Figures & data
FIGURE 1. LRRC 19 expression is induced during I/R injury. A) The average size of the wound area in mice (n = 10) after I/R injury were measured at day 0, 1, 3, 7 10 and 14 post injury. The end of 2nd ischemia was assigned day 0. The size of the ulcer on day 3 was assigned a value of 100%. B) Realtime PCR analysis of LRRC19 mRNA expression in the I/R site. The end of 2nd ischemia was assigned day 0. Data are relative to mRNA level on day 0. Values were determined in n = 10 mice. C) Western blot analysis of LRRC19 protein expression at the wound site during I/R injury for the indicated time points. The end of 2nd ischemia was assigned day 0. The data are representative of n = 10 subjects. The band intensity of LRCC19 was normalized against loading control. The normalized band densitometry at day 0 was set as baseline of value 1.
FIGURE 2. Knocking down LRRC19 reduces pressure ulcer formation and decreases the inflammatory cell infiltration in wound area. A) Western blot analysis of LRRC19 protein expression at the wound site during I/R injury. The wound area was topically applied with 100 pmol of either LRRC19 siRNA or control siRNA immediately after 1st ischemia delivery, followed by day 0, 1, 3, 6, 9, 12 after I/R injury induced. The end of 2nd ischemia was assigned day 0. The data are representative of n = 4 subjects for each group. The band intensity of LRCC19 was normalized against GAPDH. The normalized band densitometry of the siRNA control treated sample at day 0 was set as baseline of value 1. B) The average size of the wound area in mice (n = 6 for each group) treated with either LRRC19 or control siRNA during I/R injury were measured at day 0, 1, 3, 7 10 and 14 post injury. The end of 2nd ischemia was assigned day 0. The size of the ulcer in control group on day 3 after I/R was assigned a value of 100%. Immunohisochemistry was used to study the number of C) neutrophils (myeloperoxidase positive) and D) macrophages (CD68 positive) at the lesion site. Values were determined in six random microscopic fields (∼20,000 mm2) in n = 6 mice per group. The results are presented as cells per mm2. The data are presented as the mean ± SD (n = 4 for each time point). *p < 0.05, **p < 0.01, significantly different from control group.

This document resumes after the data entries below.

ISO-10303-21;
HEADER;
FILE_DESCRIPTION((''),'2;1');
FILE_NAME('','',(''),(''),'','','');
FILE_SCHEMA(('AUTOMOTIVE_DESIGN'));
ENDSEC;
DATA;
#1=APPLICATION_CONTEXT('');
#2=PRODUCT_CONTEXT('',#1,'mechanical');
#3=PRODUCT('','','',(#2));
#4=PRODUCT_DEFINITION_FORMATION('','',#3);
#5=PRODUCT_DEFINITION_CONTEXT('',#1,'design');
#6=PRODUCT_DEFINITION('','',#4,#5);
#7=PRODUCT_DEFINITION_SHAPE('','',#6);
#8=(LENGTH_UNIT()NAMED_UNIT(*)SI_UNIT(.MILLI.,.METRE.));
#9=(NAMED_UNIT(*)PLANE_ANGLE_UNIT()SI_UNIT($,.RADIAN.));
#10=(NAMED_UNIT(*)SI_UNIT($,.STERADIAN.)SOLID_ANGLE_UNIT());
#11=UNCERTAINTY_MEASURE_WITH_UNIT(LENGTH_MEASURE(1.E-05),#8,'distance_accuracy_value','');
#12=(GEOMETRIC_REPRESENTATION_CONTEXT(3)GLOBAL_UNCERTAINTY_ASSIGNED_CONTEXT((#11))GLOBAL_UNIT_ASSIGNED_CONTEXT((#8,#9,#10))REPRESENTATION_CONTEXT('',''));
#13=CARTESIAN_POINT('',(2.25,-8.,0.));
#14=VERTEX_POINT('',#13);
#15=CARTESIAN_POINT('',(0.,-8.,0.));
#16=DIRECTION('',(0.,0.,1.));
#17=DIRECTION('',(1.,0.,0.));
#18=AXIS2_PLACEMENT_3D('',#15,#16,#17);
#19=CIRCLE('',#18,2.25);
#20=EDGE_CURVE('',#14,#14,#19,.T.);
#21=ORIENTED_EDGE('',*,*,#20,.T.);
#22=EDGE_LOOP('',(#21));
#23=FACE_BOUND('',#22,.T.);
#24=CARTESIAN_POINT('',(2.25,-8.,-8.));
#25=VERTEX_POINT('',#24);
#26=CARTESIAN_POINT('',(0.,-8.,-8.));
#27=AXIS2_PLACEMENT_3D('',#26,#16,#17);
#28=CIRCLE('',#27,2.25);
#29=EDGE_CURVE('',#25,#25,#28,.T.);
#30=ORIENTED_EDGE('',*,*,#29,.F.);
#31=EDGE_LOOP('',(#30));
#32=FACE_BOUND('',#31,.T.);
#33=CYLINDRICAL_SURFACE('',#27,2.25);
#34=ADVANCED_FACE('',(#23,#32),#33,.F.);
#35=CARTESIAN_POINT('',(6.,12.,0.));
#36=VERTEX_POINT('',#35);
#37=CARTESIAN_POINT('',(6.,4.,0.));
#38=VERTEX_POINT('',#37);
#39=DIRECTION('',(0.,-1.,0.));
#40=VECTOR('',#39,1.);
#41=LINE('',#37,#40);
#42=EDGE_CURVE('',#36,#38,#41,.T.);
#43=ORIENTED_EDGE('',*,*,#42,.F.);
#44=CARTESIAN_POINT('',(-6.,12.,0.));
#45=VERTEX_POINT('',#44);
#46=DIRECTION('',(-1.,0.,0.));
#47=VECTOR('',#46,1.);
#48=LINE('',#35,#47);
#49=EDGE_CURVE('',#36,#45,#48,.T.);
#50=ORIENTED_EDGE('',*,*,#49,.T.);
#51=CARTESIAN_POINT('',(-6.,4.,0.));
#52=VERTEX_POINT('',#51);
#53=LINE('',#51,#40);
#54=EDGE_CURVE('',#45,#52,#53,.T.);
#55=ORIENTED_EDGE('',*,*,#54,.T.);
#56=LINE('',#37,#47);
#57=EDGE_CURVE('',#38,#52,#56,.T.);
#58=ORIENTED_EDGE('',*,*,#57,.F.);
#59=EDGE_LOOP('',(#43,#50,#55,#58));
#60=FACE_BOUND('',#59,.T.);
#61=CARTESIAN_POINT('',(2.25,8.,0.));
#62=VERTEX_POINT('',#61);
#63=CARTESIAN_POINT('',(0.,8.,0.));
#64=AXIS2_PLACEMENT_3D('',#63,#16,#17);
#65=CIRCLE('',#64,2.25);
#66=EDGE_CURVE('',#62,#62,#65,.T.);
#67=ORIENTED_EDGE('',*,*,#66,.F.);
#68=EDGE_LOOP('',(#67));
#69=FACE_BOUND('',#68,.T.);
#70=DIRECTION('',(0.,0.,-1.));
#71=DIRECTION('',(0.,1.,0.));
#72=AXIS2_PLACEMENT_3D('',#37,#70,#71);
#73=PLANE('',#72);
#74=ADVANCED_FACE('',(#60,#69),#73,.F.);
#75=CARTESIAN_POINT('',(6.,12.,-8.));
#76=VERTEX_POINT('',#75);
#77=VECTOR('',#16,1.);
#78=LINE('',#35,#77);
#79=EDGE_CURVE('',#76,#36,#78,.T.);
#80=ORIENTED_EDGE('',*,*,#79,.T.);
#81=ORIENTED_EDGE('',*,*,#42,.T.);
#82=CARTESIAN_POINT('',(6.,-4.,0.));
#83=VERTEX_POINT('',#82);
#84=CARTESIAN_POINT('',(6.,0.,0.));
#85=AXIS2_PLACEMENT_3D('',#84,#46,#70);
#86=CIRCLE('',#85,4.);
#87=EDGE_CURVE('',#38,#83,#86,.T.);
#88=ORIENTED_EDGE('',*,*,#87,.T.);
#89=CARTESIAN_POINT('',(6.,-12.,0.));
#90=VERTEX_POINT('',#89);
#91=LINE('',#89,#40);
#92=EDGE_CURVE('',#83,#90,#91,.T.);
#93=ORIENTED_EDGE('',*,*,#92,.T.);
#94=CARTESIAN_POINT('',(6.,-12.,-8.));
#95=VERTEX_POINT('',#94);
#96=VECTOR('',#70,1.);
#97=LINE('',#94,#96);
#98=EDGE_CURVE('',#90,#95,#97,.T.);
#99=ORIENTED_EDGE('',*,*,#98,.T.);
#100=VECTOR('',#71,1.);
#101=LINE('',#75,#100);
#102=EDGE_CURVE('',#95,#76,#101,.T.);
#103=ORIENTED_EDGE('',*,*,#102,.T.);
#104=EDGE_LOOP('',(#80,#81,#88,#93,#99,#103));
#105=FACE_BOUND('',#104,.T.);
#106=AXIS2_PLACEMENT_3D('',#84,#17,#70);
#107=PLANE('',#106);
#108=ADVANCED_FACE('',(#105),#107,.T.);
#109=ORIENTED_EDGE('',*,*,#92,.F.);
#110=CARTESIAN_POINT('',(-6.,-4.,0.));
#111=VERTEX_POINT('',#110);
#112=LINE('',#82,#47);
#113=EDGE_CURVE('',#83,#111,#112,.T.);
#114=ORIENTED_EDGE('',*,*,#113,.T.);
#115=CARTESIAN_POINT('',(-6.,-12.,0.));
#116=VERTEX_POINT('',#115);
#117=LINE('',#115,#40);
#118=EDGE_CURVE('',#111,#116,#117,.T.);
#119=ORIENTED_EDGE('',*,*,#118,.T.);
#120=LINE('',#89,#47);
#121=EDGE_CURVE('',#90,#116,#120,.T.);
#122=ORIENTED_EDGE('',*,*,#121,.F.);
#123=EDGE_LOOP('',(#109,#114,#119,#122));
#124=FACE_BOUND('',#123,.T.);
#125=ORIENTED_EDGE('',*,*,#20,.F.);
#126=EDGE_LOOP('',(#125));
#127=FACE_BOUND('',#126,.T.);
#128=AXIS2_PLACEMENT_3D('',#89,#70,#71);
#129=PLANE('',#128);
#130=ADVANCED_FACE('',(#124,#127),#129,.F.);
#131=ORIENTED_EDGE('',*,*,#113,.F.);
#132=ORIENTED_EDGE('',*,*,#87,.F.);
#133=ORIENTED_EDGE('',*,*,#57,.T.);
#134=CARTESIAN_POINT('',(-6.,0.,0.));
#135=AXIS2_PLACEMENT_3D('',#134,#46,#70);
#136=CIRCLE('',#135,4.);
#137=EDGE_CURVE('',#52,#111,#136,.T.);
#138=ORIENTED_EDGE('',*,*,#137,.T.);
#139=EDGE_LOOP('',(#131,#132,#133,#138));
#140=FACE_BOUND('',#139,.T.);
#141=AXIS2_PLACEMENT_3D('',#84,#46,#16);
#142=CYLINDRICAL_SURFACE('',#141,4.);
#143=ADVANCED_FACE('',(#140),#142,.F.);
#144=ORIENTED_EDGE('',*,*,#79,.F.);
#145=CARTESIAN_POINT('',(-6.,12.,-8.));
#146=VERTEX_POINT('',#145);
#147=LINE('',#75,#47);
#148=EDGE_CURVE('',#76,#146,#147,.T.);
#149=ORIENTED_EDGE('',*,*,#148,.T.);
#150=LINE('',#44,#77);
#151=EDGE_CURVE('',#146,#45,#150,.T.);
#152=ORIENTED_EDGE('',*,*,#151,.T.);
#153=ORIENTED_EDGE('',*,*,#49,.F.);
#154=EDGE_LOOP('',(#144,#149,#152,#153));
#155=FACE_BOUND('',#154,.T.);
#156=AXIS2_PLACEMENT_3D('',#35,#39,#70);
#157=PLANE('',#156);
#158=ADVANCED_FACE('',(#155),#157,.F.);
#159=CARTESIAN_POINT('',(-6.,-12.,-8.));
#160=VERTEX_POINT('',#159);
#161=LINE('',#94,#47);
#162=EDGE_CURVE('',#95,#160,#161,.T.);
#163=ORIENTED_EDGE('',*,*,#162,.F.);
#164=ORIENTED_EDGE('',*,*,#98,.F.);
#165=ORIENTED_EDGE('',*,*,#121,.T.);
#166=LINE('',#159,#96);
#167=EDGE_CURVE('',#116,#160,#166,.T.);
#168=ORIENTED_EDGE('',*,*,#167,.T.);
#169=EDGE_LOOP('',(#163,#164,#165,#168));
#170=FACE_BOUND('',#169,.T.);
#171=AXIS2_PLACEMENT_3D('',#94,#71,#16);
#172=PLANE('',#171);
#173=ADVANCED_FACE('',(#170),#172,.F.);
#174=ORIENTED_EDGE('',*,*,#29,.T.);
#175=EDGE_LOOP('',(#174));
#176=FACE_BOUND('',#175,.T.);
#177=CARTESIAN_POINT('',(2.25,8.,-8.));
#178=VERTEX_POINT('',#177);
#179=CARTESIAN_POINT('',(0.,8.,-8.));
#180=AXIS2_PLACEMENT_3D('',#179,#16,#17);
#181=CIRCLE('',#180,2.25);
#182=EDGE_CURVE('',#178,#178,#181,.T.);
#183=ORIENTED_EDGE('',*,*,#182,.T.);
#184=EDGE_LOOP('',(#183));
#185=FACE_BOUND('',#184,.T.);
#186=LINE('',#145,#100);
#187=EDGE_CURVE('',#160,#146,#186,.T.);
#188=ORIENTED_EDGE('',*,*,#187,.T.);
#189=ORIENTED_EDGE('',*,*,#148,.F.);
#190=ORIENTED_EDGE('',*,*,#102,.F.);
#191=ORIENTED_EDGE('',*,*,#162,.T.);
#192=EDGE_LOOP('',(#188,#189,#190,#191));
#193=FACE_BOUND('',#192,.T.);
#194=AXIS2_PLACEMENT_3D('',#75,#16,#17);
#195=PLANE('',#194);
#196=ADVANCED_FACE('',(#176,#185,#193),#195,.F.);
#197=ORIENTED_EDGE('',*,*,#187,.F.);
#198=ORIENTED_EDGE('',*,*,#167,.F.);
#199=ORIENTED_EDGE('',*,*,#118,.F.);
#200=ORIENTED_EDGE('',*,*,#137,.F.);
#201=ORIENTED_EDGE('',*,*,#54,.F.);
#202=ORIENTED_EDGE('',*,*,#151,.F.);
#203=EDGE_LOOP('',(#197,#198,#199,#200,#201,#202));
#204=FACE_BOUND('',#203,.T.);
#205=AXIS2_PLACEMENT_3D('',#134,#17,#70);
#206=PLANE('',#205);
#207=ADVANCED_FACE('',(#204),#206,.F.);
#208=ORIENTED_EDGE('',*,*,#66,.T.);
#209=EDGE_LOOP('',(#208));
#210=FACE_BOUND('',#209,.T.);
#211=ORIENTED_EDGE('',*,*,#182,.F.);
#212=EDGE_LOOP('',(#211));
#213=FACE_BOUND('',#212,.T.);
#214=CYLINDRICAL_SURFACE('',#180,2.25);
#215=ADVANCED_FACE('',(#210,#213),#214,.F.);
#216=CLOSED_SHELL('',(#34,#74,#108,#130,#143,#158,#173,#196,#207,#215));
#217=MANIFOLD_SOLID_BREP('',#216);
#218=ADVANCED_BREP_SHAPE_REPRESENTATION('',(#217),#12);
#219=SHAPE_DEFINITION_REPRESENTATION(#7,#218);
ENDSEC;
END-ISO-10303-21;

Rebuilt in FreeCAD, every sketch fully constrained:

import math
import FreeCAD as App
import Part
import Sketcher

doc = App.newDocument("Part")
params = doc.addObject("Spreadsheet::Sheet", "Params")
for row, (alias, value) in enumerate([
    ("sketch1_radius", "4 mm"),
    ("sketch1_width", "8 mm"),
    ("pad1_length", "12 mm"),
    ("sketch2_diameter", "4.5 mm"),
], start=1):
    params.set(f"A{row}", alias)
    params.set(f"B{row}", "=" + value)
    params.setAlias(f"B{row}", alias)

body = doc.addObject("PartDesign::Body", "Body")

# Sketch on YZ plane
sketch1 = body.newObject("Sketcher::SketchObject", "Sketch")
sketch1.AttachmentSupport = (doc.getObject("YZ_Plane"), [""])
sketch1.MapMode = "FlatFace"
sketch1.addGeometry([
    Part.LineSegment(App.Vector(12, 0, 0), App.Vector(4, 0, 0)),  # 0
    Part.ArcOfCircle(Part.Circle(App.Vector(0, 0, 0), App.Vector(0, 0, 1), 4), math.radians(180), math.radians(360)),  # 1
    Part.LineSegment(App.Vector(-4, 0, 0), App.Vector(-12, 0, 0)),  # 2
    Part.LineSegment(App.Vector(-12, 0, 0), App.Vector(-12, -8, 0)),  # 3
    Part.LineSegment(App.Vector(-12, -8, 0), App.Vector(12, -8, 0)),  # 4
    Part.LineSegment(App.Vector(12, -8, 0), App.Vector(12, 0, 0)),  # 5
], False)
sketch1.addConstraint([
    Sketcher.Constraint("Coincident", 0, 2, 1, 2),
    Sketcher.Constraint("Coincident", 1, 1, 2, 1),
    Sketcher.Constraint("Coincident", 2, 2, 3, 1),
    Sketcher.Constraint("Coincident", 3, 2, 4, 1),
    Sketcher.Constraint("Coincident", 4, 2, 5, 1),
    Sketcher.Constraint("Coincident", 5, 2, 0, 1),
    Sketcher.Constraint("Horizontal", 0),
    Sketcher.Constraint("Horizontal", 2),
    Sketcher.Constraint("Vertical", 3),
    Sketcher.Constraint("Horizontal", 4),
    Sketcher.Constraint("Vertical", 5),
    Sketcher.Constraint("Coincident", 1, 3, -1, 1),
    Sketcher.Constraint("Symmetric", 2, 2, 5, 2, -1, 1),
    Sketcher.Constraint("PointOnObject", 0, 2, -1),
    Sketcher.Constraint("Equal", 2, 3),
    Sketcher.Constraint("Radius", 1, 4.0),
    Sketcher.Constraint("DistanceX", 0, 2, 0, 1, 8.0),
])
sketch1.setExpression("Constraints[15]", "Params.sketch1_radius")
sketch1.setExpression("Constraints[16]", "Params.sketch1_width")
pad1 = body.newObject("PartDesign::Pad", "Pad")
pad1.Profile = sketch1
pad1.setExpression("Length", "Params.pad1_length")
pad1.Midplane = True

# Sketch on XY plane
sketch2 = body.newObject("Sketcher::SketchObject", "Sketch001")
sketch2.AttachmentSupport = (doc.getObject("XY_Plane"), [""])
sketch2.MapMode = "FlatFace"
sketch2.addGeometry([
    Part.Circle(App.Vector(0, 8, 0), App.Vector(0, 0, 1), 2.2),
    Part.Circle(App.Vector(0, -8, 0), App.Vector(0, 0, 1), 2.2),
], False)
sketch2.addConstraint([
    Sketcher.Constraint("Equal", 0, 1),
    Sketcher.Constraint("Symmetric", 0, 3, 1, 3, -1, 1),
    Sketcher.Constraint("PointOnObject", 0, 3, -2),
    Sketcher.Constraint("Diameter", 0, 4.5),
    Sketcher.Constraint("DistanceY", -1, 1, 0, 3, 8.0),
])
sketch2.setExpression("Constraints[3]", "Params.sketch2_diameter")
pocket1 = body.newObject("PartDesign::Pocket", "Pocket")
pocket1.Profile = sketch2
pocket1.Type = "ThroughAll"

doc.recompute()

FIGURE 3. Knocking down LRRC19 suppresses proinflammatory cytokines production during I/R injury. ELISA analysis of A) TNFα, B) IL-6 and C) IL-1β at the wound site during I/R injury at the indicated time points. The wound area was topically applied with 100 pmol of either LRRC19 siRNA or control siRNA immediately after 1st ischemia delivery, followed by day 0, 1 after I/R injury induced. The end of 2nd ischemia was assigned day 0. The data are presented as the mean ± SD (n = 4). *p < 0.05, **p < 0.01, significantly different from control group measured on the same day.
FIGURE 4. Knocking down LRRC19 suppresses NFκB signaling. Western blot analysis of NFκB signaling components. Primary dermal fibroblasts transfected with either scramble siRNA or LRRC19 siRNA were challenged with 50 ng/ml IL-1β for the indicated time points. Cell lysate after treatment was subjected to SDS-PAGE to determine the level of A) total p65, phospho-p65 (S536), total IkBα and phosphor-IkBα (S32); or the level of B) COX-2 and iNOS. The band intensity of each target protein was normalized against its corresponding loading control. The normalized band densitometry of the siRNA control transfected sample at day 0 was set as baseline of value 1. The data are representative of at least three independent experiments.
FIGURE 5. Knocking down LRRC19 reduces IL-1β mediated proinflammatory cytokines production. Primary dermal fibroblasts transfected with either scramble siRNA or LRRC19 siRNA were challenged with 50 ng/ml IL-1β or PBS for 24 h. The cell culture supernatant was then harvested to determine the concentrations of A) IL-6 and B) IL-8 by ELISA. The data are presented as the mean ± SD (n = 4). *p < 0.05, **p < 0.01, significantly different from PBS control group.